**PROBLEM STATEMENT**
Up to and including the line with "#270=ORIENTED_EDGE('',*,*,#269,.T.);", return every line from the start of the entries below exactly.

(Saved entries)
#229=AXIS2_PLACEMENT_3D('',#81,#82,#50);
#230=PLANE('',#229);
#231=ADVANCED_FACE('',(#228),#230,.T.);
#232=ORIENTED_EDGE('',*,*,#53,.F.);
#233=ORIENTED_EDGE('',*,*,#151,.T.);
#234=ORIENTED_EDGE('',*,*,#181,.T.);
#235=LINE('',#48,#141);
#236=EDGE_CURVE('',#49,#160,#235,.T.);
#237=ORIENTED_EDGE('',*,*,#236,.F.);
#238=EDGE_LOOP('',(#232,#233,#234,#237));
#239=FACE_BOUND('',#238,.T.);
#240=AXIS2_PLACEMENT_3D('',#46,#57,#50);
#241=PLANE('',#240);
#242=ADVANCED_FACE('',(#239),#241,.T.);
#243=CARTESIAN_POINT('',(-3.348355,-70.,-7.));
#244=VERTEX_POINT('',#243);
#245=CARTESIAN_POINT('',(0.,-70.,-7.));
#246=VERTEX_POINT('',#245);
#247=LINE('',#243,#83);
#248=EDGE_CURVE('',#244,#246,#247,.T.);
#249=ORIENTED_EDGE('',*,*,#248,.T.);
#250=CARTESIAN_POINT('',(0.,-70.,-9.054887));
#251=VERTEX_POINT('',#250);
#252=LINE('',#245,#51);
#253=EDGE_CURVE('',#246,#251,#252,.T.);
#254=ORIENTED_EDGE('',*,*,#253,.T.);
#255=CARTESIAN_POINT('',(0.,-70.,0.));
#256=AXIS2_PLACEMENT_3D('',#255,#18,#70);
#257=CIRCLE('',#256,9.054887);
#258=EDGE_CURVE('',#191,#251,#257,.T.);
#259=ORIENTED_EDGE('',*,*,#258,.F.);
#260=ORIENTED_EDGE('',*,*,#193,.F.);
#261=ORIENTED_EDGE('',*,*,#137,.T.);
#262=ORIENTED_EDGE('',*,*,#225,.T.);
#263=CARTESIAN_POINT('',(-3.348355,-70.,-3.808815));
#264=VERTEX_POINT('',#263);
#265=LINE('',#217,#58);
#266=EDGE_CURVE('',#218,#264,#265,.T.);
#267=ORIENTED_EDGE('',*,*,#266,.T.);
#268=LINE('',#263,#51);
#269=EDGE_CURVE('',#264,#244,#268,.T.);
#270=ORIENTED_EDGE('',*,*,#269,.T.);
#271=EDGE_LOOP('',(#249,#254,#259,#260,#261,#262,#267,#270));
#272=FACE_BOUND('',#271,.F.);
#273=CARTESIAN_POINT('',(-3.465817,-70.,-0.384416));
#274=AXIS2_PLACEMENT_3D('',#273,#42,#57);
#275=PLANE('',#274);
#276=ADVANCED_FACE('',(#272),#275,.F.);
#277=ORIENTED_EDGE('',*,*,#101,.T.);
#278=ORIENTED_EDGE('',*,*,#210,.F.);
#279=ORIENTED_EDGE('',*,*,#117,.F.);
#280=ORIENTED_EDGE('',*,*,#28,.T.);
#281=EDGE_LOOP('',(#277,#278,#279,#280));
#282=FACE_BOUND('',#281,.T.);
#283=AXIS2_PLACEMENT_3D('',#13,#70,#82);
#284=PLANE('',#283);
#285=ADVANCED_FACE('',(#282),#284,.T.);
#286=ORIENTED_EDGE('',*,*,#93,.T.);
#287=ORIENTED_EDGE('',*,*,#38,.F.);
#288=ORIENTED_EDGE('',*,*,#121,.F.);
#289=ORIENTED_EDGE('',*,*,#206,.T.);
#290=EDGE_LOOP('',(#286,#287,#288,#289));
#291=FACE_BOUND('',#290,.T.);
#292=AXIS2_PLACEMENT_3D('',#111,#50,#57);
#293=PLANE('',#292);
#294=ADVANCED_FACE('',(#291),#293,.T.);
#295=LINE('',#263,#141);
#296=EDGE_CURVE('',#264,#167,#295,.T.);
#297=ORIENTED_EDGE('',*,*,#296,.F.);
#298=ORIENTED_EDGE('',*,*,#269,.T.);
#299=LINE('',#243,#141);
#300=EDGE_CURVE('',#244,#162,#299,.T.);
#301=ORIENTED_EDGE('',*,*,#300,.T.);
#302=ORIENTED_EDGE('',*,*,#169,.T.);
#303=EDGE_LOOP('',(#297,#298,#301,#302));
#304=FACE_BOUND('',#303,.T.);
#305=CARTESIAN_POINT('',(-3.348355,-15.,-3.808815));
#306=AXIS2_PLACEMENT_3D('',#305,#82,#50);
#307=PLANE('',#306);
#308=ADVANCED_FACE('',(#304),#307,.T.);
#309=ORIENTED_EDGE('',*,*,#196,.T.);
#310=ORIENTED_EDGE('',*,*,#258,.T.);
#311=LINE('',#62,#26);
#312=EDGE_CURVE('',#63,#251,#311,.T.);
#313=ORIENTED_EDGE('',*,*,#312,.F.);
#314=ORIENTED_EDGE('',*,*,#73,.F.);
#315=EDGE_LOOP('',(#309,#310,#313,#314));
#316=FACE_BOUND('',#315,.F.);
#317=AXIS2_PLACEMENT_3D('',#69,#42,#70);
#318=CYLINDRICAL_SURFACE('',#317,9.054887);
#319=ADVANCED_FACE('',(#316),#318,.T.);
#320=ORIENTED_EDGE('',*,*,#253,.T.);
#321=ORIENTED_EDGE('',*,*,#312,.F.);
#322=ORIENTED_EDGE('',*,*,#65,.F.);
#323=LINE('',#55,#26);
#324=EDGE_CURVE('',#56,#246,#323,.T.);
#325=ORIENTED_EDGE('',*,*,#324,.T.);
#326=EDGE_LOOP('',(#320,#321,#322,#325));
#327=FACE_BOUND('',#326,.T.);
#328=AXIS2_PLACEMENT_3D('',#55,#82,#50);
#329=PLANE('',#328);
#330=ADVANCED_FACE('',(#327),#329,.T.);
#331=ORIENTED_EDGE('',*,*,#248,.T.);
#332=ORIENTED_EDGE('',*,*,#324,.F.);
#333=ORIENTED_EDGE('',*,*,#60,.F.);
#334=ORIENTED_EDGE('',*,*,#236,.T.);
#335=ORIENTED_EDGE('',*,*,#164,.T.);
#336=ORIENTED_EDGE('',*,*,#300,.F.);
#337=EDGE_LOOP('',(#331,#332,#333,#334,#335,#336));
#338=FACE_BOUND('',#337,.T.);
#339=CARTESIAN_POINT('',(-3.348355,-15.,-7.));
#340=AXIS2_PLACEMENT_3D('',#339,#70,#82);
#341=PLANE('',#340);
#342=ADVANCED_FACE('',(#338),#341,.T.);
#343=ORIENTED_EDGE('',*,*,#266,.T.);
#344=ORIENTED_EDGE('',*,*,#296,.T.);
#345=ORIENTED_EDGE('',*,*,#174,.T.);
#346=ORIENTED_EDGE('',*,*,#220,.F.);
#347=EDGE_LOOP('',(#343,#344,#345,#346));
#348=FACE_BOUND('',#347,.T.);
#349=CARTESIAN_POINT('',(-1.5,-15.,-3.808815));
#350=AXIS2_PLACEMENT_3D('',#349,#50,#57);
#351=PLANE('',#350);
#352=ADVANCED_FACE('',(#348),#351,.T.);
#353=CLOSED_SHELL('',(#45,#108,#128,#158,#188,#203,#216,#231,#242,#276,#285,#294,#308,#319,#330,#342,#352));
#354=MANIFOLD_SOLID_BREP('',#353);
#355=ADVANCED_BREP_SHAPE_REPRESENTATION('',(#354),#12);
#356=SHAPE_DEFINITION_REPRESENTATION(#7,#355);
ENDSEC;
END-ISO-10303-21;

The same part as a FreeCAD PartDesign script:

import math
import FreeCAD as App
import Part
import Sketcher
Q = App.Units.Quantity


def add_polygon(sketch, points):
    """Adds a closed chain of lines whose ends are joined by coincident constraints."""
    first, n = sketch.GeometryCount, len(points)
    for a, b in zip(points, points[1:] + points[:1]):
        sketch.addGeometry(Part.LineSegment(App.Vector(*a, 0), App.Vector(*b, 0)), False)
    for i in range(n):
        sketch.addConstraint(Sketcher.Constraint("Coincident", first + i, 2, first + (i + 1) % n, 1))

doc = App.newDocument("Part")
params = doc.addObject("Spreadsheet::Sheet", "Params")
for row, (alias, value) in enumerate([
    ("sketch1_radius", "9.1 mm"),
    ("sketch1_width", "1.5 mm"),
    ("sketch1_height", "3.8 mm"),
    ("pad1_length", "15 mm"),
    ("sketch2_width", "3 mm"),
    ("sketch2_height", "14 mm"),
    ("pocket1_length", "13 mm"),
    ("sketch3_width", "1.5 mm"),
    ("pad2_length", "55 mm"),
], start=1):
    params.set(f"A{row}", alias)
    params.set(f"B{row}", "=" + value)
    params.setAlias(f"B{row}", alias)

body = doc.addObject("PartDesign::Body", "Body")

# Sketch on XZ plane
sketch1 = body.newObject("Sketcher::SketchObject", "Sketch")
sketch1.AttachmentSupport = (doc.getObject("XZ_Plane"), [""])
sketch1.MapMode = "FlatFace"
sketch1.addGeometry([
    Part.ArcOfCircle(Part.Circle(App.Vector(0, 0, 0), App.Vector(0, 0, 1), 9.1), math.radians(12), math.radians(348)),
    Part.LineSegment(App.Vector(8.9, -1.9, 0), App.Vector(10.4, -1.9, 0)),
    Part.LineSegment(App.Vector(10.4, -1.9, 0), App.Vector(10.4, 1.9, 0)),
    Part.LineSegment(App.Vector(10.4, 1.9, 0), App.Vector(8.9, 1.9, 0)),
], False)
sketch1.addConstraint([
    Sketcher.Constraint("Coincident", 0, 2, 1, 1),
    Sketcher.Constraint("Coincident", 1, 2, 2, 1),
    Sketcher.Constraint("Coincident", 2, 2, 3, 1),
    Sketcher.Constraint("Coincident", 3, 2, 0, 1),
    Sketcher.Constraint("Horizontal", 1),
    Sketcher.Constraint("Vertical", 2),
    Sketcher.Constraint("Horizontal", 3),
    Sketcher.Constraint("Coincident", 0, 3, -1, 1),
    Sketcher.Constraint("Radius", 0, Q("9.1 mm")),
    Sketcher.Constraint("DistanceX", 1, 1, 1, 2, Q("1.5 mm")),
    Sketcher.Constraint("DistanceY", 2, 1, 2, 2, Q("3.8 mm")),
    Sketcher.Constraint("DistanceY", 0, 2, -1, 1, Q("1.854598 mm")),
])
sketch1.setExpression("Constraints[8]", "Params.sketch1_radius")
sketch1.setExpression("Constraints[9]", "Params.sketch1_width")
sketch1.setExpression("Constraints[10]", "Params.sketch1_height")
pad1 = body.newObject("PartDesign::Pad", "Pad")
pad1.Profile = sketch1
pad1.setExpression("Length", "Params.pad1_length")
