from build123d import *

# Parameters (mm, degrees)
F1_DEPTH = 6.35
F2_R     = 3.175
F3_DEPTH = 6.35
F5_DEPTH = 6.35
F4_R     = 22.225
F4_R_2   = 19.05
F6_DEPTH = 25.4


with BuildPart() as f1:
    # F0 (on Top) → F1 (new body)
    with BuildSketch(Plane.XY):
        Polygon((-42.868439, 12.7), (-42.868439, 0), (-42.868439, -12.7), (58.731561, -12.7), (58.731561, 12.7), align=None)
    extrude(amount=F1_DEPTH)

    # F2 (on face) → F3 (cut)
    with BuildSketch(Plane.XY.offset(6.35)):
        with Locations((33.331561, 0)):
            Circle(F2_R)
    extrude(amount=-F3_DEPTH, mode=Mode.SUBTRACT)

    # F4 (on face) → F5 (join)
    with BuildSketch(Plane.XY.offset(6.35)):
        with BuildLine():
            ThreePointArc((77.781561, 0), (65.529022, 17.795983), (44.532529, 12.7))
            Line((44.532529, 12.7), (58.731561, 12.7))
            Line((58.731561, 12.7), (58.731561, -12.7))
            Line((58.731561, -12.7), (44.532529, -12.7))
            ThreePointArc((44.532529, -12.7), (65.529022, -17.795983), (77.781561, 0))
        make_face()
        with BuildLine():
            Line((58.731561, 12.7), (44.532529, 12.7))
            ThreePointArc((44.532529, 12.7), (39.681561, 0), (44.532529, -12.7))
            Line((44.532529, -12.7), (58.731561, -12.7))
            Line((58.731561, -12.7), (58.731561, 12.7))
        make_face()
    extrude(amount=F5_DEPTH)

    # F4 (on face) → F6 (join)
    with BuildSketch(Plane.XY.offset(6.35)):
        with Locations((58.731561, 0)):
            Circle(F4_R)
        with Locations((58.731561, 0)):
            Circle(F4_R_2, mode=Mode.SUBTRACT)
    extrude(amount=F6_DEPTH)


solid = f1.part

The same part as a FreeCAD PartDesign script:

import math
import FreeCAD as App
import Part
import Sketcher

V = App.Vector
Q = App.Units.Quantity

doc = App.newDocument("Part")
params = doc.addObject("Spreadsheet::Sheet", "Params")
for row, (alias, value) in enumerate([
    ("sketch1_width", "4 in"),
    ("sketch1_height", "1 in"),
    ("pad1_length", "0.25 in"),
    ("sketch2_diameter", "0.25 in"),
    ("pocket1_length", "0.25 in"),
    ("sketch3_radius", "0.75 in"),
    ("pad2_length", "0.25 in"),
    ("sketch4_diameter", "1.5 in"),
    ("sketch4_diameter2", "1.75 in"),
    ("pad3_length", "1 in"),
], start=1):
    params.set(f"A{row}", alias)
    params.set(f"B{row}", "=" + value)
    params.setAlias(f"B{row}", alias)

body = doc.addObject("PartDesign::Body", "Body")

# Sketch on XY plane
sketch1 = body.newObject("Sketcher::SketchObject", "Sketch")
sketch1.AttachmentSupport = (doc.getObject("XY_Plane"), [""])
sketch1.MapMode = "FlatFace"
sketch1.addGeometry(Part.LineSegment(V(-43, 13, 0), V(-43, -13, 0)), False)
sketch1.addGeometry(Part.LineSegment(V(-43, -13, 0), V(59, -13, 0)), False)
sketch1.addGeometry(Part.LineSegment(V(59, -13, 0), V(59, 13, 0)), False)
sketch1.addGeometry(Part.LineSegment(V(59, 13, 0), V(-43, 13, 0)), False)
sketch1.addConstraint(Sketcher.Constraint("Coincident", 0, 2, 1, 1))
sketch1.addConstraint(Sketcher.Constraint("Coincident", 1, 2, 2, 1))
sketch1.addConstraint(Sketcher.Constraint("Coincident", 2, 2, 3, 1))
sketch1.addConstraint(Sketcher.Constraint("Coincident", 3, 2, 0, 1))
sketch1.addConstraint(Sketcher.Constraint("Vertical", 0))
sketch1.addConstraint(Sketcher.Constraint("Horizontal", 1))
sketch1.addConstraint(Sketcher.Constraint("Vertical", 2))
sketch1.addConstraint(Sketcher.Constraint("Horizontal", 3))
sketch1.addConstraint(Sketcher.Constraint("DistanceX", 1, 1, 1, 2, Q("4 in")))
sketch1.addConstraint(Sketcher.Constraint("DistanceY", 0, 2, 0, 1, Q("1 in")))
sketch1.addConstraint(Sketcher.Constraint("DistanceY", 0, 2, -1, 1, Q("0.5 in")))
sketch1.addConstraint(Sketcher.Constraint("DistanceX", 0, 2, -1, 1, Q("42.868439 mm")))
sketch1.setExpression("Constraints[8]", "Params.sketch1_width")
sketch1.setExpression("Constraints[9]", "Params.sketch1_height")
pad1 = body.newObject("PartDesign::Pad", "Pad")
pad1.Profile = sketch1
pad1.setExpression("Length", "Params.pad1_length")

# Sketch on XY plane
sketch2 = body.newObject("Sketcher::SketchObject", "Sketch001")
sketch2.AttachmentSupport = (doc.getObject("XY_Plane"), [""])
sketch2.MapMode = "FlatFace"
sketch2.AttachmentOffset = App.Placement(V(0, 0, 0.25 * 25.4), App.Rotation())
sketch2.addGeometry(Part.Circle(V(33.3, 0, 0), V(0, 0, 1), 3.2), False)
sketch2.addConstraint(Sketcher.Constraint("PointOnObject", 0, 3, -1))
sketch2.addConstraint(Sketcher.Constraint("Diameter", 0, Q("0.25 in")))
sketch2.addConstraint(Sketcher.Constraint("DistanceX", -1, 1, 0, 3, Q("33.331561 mm")))
sketch2.setExpression("Constraints[1]", "Params.sketch2_diameter")
pocket1 = body.newObject("PartDesign::Pocket", "Pocket")
pocket1.Profile = sketch2
pocket1.setExpression("Length", "Params.pocket1_length")

# Sketch on XY plane
sketch3 = body.newObject("Sketcher::SketchObject", "Sketch002")
sketch3.AttachmentSupport = (doc.getObject("XY_Plane"), [""])
sketch3.MapMode = "FlatFace"
sketch3.AttachmentOffset = App.Placement(V(0, 0, 0.25 * 25.4), App.Rotation())
sketch3.addGeometry(Part.ArcOfCircle(Part.Circle(V(59, 0, 0), V(0, 0, 1), 19), math.radians(0), math.radians(138)), False)
sketch3.addGeometry(Part.ArcOfCircle(Part.Circle(V(59, 0, 0), V(0, 0, 1), 19), math.radians(138), math.radians(222)), False)
sketch3.addGeometry(Part.ArcOfCircle(Part.Circle(V(59, 0, 0), V(0, 0, 1), 19), math.radians(-138), math.radians(0)), False)
sketch3.addConstraint(Sketcher.Constraint("Tangent", 0, 2, 1, 1))
sketch3.addConstraint(Sketcher.Constraint("Tangent", 1, 2, 2, 1))
sketch3.addConstraint(Sketcher.Constraint("Tangent", 2, 2, 0, 1))
sketch3.addConstraint(Sketcher.Constraint("Symmetric", 0, 2, 1, 2, -1))
sketch3.addConstraint(Sketcher.Constraint("PointOnObject", 2, 2, -1))
sketch3.addConstraint(Sketcher.Constraint("Radius", 0, Q("0.75 in")))
sketch3.addConstraint(Sketcher.Constraint("DistanceY", 1, 2, 0, 2, Q("1 in")))
sketch3.addConstraint(Sketcher.Constraint("DistanceX", -1, 1, 0, 3, Q("58.731561 mm")))
sketch3.setExpression("Constraints[5]", "Params.sketch3_radius")
pad2 = body.newObject("PartDesign::Pad", "Pad001")
pad2.Profile = sketch3
pad2.setExpression("Length", "Params.pad2_length")

# Sketch on XY plane
sketch4 = body.newObject("Sketcher::SketchObject", "Sketch003")
sketch4.AttachmentSupport = (doc.getObject("XY_Plane"), [""])
sketch4.MapMode = "FlatFace"
sketch4.AttachmentOffset = App.Placement(V(0, 0, 0.25 * 25.4), App.Rotation())
sketch4.addGeometry(Part.Circle(V(59, 0, 0), V(0, 0, 1), 22), False)
sketch4.addGeometry(Part.Circle(V(59, 0, 0), V(0, 0, 1), 19), False)
sketch4.addConstraint(Sketcher.Constraint("Coincident", 1, 3, 0, 3))
sketch4.addConstraint(Sketcher.Constraint("PointOnObject", 0, 3, -1))
sketch4.addConstraint(Sketcher.Constraint("Diameter", 1, Q("1.5 in")))
sketch4.addConstraint(Sketcher.Constraint("Diameter", 0, Q("1.75 in")))
sketch4.addConstraint(Sketcher.Constraint("DistanceX", -1, 1, 0, 3, Q("58.731561 mm")))
sketch4.setExpression("Constraints[2]", "Params.sketch4_diameter")
sketch4.setExpression("Constraints[3]", "Params.sketch4_diameter2")
pad3 = body.newObject("PartDesign::Pad", "Pad002")
pad3.Profile = sketch4
pad3.setExpression("Length", "Params.pad3_length")

doc.recompute()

**EXPECTED ANSWER**
#229=AXIS2_PLACEMENT_3D('',#81,#82,#50);
#230=PLANE('',#229);
#231=ADVANCED_FACE('',(#228),#230,.T.);
#232=ORIENTED_EDGE('',*,*,#53,.F.);
#233=ORIENTED_EDGE('',*,*,#151,.T.);
#234=ORIENTED_EDGE('',*,*,#181,.T.);
#235=LINE('',#48,#141);
#236=EDGE_CURVE('',#49,#160,#235,.T.);
#237=ORIENTED_EDGE('',*,*,#236,.F.);
#238=EDGE_LOOP('',(#232,#233,#234,#237));
#239=FACE_BOUND('',#238,.T.);
#240=AXIS2_PLACEMENT_3D('',#46,#57,#50);
#241=PLANE('',#240);
#242=ADVANCED_FACE('',(#239),#241,.T.);
#243=CARTESIAN_POINT('',(-3.348355,-70.,-7.));
#244=VERTEX_POINT('',#243);
#245=CARTESIAN_POINT('',(0.,-70.,-7.));
#246=VERTEX_POINT('',#245);
#247=LINE('',#243,#83);
#248=EDGE_CURVE('',#244,#246,#247,.T.);
#249=ORIENTED_EDGE('',*,*,#248,.T.);
#250=CARTESIAN_POINT('',(0.,-70.,-9.054887));
#251=VERTEX_POINT('',#250);
#252=LINE('',#245,#51);
#253=EDGE_CURVE('',#246,#251,#252,.T.);
#254=ORIENTED_EDGE('',*,*,#253,.T.);
#255=CARTESIAN_POINT('',(0.,-70.,0.));
#256=AXIS2_PLACEMENT_3D('',#255,#18,#70);
#257=CIRCLE('',#256,9.054887);
#258=EDGE_CURVE('',#191,#251,#257,.T.);
#259=ORIENTED_EDGE('',*,*,#258,.F.);
#260=ORIENTED_EDGE('',*,*,#193,.F.);
#261=ORIENTED_EDGE('',*,*,#137,.T.);
#262=ORIENTED_EDGE('',*,*,#225,.T.);
#263=CARTESIAN_POINT('',(-3.348355,-70.,-3.808815));
#264=VERTEX_POINT('',#263);
#265=LINE('',#217,#58);
#266=EDGE_CURVE('',#218,#264,#265,.T.);
#267=ORIENTED_EDGE('',*,*,#266,.T.);
#268=LINE('',#263,#51);
#269=EDGE_CURVE('',#264,#244,#268,.T.);
#270=ORIENTED_EDGE('',*,*,#269,.T.);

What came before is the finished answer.